5 在初始化SparkContext對象的時候,會創建兩個特別重要的對象TaskScheduler、DAGScheduler。
TaskScheduler負責提交任務,並且請求集羣管理器對任務調度。
DAGScheduler負責提交Job,將DAG中的RDD依賴切分成一個個的stage,然後將stage作爲taskSet提交給DriverActor。
關於TaskScheduler,請參考筆者的另一篇文章TaskScheduler詳解及源碼介紹-張之海
如下SparkContext.scala源碼中,創建了taskScheduler、DAGScheduler。

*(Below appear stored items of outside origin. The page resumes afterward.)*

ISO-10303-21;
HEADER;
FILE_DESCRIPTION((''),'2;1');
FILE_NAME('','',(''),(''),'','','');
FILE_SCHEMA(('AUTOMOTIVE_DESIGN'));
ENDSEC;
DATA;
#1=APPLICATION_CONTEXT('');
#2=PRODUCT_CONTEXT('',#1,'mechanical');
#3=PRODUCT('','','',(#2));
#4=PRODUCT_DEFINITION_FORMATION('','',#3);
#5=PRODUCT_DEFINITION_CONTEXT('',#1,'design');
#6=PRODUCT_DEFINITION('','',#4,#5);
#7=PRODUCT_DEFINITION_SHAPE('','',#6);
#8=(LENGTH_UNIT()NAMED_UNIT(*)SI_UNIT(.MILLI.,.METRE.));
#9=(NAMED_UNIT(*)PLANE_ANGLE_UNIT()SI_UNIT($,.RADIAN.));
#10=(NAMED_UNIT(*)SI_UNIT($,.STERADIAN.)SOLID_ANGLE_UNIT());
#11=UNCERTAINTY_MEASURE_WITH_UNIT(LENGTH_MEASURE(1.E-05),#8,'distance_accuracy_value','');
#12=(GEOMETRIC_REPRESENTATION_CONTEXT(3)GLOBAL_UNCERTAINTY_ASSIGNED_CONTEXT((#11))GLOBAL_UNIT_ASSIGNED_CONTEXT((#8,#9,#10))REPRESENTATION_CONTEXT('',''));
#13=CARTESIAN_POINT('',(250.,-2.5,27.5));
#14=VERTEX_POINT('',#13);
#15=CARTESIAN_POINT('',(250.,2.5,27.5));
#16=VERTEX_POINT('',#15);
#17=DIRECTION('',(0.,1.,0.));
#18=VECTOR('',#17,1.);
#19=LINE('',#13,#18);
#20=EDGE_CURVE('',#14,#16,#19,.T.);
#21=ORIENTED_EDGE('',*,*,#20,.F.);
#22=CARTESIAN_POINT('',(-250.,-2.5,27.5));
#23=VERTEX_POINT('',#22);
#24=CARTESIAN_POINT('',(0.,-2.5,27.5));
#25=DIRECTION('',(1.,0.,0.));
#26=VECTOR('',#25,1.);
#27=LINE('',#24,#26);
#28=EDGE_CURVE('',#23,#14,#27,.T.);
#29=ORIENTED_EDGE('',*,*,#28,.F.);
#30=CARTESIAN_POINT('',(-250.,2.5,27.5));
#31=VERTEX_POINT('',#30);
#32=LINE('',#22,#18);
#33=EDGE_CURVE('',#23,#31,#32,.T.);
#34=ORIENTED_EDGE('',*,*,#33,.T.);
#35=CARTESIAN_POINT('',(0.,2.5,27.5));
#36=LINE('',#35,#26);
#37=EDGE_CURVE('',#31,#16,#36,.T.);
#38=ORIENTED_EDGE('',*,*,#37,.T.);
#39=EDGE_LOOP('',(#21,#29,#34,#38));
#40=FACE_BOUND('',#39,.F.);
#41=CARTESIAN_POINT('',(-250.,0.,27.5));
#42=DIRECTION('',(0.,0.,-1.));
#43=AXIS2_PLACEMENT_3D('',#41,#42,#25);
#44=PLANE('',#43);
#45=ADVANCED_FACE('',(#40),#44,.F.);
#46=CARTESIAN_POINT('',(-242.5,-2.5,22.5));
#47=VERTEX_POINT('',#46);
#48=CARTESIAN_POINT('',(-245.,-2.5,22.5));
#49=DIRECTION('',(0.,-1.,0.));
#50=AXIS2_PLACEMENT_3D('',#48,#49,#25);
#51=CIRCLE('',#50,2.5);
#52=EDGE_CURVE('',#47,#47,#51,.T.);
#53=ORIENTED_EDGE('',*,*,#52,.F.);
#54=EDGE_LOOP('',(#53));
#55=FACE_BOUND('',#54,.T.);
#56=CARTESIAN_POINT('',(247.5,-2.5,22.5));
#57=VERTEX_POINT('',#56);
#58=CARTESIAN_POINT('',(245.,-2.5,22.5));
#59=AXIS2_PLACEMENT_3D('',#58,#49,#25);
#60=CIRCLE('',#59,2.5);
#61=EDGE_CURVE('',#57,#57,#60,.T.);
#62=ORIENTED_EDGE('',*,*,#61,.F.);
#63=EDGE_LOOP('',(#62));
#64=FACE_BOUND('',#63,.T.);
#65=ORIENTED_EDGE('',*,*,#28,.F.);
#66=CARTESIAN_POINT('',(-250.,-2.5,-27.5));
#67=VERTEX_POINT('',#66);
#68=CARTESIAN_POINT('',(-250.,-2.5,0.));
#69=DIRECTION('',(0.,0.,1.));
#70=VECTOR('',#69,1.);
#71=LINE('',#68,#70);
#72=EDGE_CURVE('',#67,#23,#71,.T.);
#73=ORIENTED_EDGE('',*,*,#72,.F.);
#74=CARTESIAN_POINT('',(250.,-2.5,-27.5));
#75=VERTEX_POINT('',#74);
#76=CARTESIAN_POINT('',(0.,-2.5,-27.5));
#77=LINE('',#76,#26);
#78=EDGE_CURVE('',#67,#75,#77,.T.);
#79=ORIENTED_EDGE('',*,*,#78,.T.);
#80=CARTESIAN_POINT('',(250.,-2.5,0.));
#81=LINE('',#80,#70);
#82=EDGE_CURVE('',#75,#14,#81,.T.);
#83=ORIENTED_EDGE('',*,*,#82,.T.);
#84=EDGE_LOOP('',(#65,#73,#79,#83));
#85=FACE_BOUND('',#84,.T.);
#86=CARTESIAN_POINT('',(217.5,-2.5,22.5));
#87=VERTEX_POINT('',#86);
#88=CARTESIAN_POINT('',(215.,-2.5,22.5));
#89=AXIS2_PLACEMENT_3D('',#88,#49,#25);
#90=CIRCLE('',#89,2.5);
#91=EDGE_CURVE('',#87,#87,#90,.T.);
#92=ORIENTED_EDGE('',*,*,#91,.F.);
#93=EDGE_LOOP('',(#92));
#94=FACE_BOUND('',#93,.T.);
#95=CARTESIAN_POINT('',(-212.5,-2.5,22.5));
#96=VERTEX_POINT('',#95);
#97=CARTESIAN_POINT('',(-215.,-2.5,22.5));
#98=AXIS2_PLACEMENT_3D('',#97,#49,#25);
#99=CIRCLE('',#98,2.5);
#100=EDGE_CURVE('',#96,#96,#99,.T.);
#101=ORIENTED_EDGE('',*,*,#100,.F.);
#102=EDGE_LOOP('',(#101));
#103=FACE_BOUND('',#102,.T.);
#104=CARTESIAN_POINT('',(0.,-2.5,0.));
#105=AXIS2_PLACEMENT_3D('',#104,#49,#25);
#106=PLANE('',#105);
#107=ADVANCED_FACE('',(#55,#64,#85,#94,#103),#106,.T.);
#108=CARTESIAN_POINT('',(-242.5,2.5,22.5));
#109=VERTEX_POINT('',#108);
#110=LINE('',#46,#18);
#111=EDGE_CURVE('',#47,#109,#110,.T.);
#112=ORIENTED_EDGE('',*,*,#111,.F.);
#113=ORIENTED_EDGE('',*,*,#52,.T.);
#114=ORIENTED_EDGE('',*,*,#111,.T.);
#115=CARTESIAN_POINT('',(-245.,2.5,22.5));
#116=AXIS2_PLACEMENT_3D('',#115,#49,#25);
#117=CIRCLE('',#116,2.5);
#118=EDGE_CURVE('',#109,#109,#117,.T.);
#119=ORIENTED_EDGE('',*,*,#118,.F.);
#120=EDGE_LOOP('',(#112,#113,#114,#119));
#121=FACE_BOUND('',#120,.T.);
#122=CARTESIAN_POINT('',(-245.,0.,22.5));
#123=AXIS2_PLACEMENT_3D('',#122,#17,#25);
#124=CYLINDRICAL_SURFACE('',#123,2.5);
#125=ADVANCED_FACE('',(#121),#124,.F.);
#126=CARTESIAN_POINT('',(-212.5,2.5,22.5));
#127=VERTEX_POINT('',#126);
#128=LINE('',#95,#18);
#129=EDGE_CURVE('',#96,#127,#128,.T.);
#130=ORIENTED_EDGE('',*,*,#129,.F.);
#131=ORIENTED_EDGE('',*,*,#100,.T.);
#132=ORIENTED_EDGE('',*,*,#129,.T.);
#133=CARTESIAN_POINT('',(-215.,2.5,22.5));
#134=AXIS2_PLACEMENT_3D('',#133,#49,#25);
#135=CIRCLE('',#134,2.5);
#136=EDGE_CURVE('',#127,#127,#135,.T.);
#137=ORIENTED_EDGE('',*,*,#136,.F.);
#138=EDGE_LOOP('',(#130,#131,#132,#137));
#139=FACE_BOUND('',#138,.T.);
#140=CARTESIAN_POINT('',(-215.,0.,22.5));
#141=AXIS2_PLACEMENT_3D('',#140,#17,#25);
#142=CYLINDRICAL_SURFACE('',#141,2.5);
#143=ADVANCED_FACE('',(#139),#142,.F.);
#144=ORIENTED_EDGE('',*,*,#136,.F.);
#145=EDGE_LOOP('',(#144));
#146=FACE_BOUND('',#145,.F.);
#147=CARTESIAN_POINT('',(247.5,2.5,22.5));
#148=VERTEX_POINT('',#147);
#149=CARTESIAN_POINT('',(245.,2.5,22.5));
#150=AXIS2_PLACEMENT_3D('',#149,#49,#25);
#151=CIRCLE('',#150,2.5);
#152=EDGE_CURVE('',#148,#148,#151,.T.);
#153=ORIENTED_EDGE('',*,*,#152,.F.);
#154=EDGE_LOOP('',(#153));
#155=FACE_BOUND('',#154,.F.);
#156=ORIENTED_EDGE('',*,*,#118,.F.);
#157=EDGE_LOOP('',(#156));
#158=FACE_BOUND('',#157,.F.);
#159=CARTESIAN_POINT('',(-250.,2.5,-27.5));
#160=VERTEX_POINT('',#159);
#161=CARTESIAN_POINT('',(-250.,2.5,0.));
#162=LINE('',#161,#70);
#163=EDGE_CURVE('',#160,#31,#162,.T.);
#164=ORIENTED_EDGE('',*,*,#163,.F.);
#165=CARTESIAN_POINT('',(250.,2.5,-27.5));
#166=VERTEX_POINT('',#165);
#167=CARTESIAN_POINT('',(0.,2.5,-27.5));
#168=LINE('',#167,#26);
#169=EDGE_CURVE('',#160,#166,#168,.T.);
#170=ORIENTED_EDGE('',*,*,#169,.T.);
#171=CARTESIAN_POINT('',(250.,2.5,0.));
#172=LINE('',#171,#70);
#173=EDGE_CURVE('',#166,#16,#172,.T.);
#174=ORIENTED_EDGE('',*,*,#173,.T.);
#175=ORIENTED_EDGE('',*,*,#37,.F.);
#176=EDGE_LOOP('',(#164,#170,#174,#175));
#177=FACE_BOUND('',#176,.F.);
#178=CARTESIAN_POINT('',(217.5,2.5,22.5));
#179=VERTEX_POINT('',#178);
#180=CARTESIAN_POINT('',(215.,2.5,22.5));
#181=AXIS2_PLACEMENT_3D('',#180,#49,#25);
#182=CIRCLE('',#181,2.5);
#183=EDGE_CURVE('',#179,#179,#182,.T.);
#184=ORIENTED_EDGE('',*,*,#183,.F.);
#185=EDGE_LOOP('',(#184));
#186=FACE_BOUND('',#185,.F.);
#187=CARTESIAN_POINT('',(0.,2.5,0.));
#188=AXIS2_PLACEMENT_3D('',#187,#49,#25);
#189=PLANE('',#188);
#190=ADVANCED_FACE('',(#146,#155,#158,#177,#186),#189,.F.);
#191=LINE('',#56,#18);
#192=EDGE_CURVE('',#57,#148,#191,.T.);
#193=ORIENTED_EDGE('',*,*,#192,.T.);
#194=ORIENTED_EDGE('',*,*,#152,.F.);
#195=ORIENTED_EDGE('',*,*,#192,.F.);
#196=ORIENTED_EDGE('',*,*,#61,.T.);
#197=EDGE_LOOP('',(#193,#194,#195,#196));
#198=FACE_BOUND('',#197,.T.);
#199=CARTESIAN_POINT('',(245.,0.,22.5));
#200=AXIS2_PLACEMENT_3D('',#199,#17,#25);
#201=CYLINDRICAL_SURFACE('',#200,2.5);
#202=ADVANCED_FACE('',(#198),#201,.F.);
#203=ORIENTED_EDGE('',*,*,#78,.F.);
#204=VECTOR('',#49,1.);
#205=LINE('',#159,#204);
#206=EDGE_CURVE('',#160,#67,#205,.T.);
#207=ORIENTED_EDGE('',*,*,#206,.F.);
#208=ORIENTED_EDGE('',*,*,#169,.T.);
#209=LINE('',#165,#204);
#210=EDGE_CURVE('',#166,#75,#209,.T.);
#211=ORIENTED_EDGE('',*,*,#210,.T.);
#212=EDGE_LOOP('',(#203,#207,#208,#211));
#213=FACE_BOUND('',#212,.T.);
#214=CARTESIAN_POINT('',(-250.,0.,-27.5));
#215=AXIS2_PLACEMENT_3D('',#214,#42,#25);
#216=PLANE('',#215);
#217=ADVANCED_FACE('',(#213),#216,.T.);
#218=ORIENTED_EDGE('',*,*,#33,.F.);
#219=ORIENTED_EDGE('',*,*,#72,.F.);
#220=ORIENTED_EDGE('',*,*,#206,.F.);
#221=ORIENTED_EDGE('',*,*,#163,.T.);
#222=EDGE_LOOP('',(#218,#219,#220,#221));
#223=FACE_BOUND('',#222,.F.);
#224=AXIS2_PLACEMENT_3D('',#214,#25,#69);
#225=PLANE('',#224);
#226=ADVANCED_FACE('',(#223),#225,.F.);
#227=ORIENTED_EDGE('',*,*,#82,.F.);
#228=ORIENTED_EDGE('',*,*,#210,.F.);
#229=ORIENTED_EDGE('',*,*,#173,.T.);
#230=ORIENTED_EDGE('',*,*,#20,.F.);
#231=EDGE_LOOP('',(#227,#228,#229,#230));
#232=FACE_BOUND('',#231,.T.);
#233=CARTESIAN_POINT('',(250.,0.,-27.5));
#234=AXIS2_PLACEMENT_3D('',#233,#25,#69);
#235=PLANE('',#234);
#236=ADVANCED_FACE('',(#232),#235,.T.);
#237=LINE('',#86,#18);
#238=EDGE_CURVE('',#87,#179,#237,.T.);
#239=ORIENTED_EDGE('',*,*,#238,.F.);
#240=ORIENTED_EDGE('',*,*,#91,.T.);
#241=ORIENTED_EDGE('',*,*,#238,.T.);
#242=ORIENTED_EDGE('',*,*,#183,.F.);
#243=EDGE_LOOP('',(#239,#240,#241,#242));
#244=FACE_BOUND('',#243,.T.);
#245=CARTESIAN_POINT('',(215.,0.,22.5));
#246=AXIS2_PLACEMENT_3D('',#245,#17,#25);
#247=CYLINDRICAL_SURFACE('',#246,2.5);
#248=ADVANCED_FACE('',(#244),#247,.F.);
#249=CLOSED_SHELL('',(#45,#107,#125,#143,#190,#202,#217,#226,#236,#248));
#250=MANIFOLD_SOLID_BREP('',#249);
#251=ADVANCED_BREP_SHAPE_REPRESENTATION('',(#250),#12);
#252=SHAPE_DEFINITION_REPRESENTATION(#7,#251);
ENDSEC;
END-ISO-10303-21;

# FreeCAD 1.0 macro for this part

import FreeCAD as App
import Part
import Sketcher

V = App.Vector
Q = App.Units.Quantity


def add_polygon(sketch, points):
    """Adds a closed chain of lines whose ends are joined by coincident constraints."""
    first, n = sketch.GeometryCount, len(points)
    for a, b in zip(points, points[1:] + points[:1]):
        sketch.addGeometry(Part.LineSegment(App.Vector(*a, 0), App.Vector(*b, 0)), False)
    for i in range(n):
        sketch.addConstraint(Sketcher.Constraint("Coincident", first + i, 2, first + (i + 1) % n, 1))

doc = App.newDocument("Part")
body = doc.addObject("PartDesign::Body", "Body")

sketch1 = body.newObject("Sketcher::SketchObject", "Sketch")
sketch1.AttachmentSupport = (doc.getObject("XZ_Plane"), [""])
sketch1.MapMode = "FlatFace"
add_polygon(sketch1, [(-250, 27.5), (-250, -27.5), (250, -27.5), (250, 27.5)])
sketch1.addGeometry(Part.Circle(V(-245, 22.5, 0), V(0, 0, 1), 2.5), False)
sketch1.addGeometry(Part.Circle(V(-215, 22.5, 0), V(0, 0, 1), 2.5), False)
sketch1.addGeometry(Part.Circle(V(215, 22.5, 0), V(0, 0, 1), 2.5), False)
sketch1.addGeometry(Part.Circle(V(245, 22.5, 0), V(0, 0, 1), 2.5), False)
sketch1.addConstraint(Sketcher.Constraint("Vertical", 0))
sketch1.addConstraint(Sketcher.Constraint("Horizontal", 1))
sketch1.addConstraint(Sketcher.Constraint("Vertical", 2))
sketch1.addConstraint(Sketcher.Constraint("Horizontal", 3))
sketch1.addConstraint(Sketcher.Constraint("Equal", 4, 5))
sketch1.addConstraint(Sketcher.Constraint("Equal", 5, 6))
sketch1.addConstraint(Sketcher.Constraint("Equal", 6, 7))
sketch1.addConstraint(Sketcher.Constraint("Symmetric", 0, 2, 2, 2, -1, 1))
sketch1.addConstraint(Sketcher.Constraint("Symmetric", 5, 3, 6, 3, -2))
sketch1.addConstraint(Sketcher.Constraint("Symmetric", 4, 3, 7, 3, -2))
sketch1.addConstraint(Sketcher.Constraint("Horizontal", 4, 3, 5, 3))
sketch1.addConstraint(Sketcher.Constraint("Diameter", 4, Q("5 mm")))
sketch1.addConstraint(Sketcher.Constraint("DistanceX", 1, 1, 1, 2, Q("500 mm")))
sketch1.addConstraint(Sketcher.Constraint("DistanceY", 0, 2, 0, 1, Q("55 mm")))
sketch1.addConstraint(Sketcher.Constraint("DistanceX", 4, 3, -1, 1, Q("245 mm")))
sketch1.addConstraint(Sketcher.Constraint("DistanceX", 5, 3, -1, 1, Q("215 mm")))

並且在DAGScheduler的構造方法中,將DAGScheduler作爲參數(this),傳遞給了taskScheduler。
//源碼來自:SparkContext.scala
//創建taskScheduler
val (sched, ts) = SparkContext.createTaskScheduler(this, master, deployMode)
_schedulerBackend = sched
_taskScheduler = ts
//創建DAGScheduler
_dagScheduler = new DAGScheduler(this)
_heartbeatReceiver.ask[Boolean](TaskSchedulerIsSet)
// start TaskScheduler after taskScheduler sets DAGScheduler reference in DAGScheduler's constructor
//啓動taskScheduler,由前行英文註釋可知,在DAGScheduler的構造方法中,設置了與taskScheduler對應的DAGScheduler,
//即taskScheduler.setDAGScheduler(this)。
_taskScheduler.start()
//源碼來自DAGScheduler.scala
private[spark] class DAGScheduler(
private[scheduler] val sc: SparkContext,
private[scheduler] val taskScheduler: TaskScheduler,
listenerBus: LiveListenerBus,
mapOutputTracker: MapOutputTrackerMaster,
blockManagerMaster: BlockManagerMaster,
env: SparkEnv,
clock: Clock = new SystemClock())
extends Logging {
...
private[spark] val eventProcessLoop = new DAGSchedulerEventProcessLoop(this)
//通過該語句,taskScheduler持有了DAGScheduler。
taskScheduler.setDAGScheduler(this)
...
}
在上面DAGScheduler.scala的源碼中,有一句eventProcessLoop = new DAGSchedulerEventProcessLoop(this),其中DAGSchedulerEventProcessLoop是一個EventLoop中處理DAGSchedulerEvent事件的單個業務邏輯線程,可參考(核心服務 DAGSchedulerEventProcessLoop)。絕不是偷懶,後面會單獨寫一篇文章進行介紹滴,2333~。
6 在創建TaskScheduler的同時,會創建兩個非常重要的對象,分別是DriverActor和ClientActor。
clientActor的作用:向master註冊用戶提交的任務。
DriverActor的作用:接受executor的反向註冊,將任務提交給executor。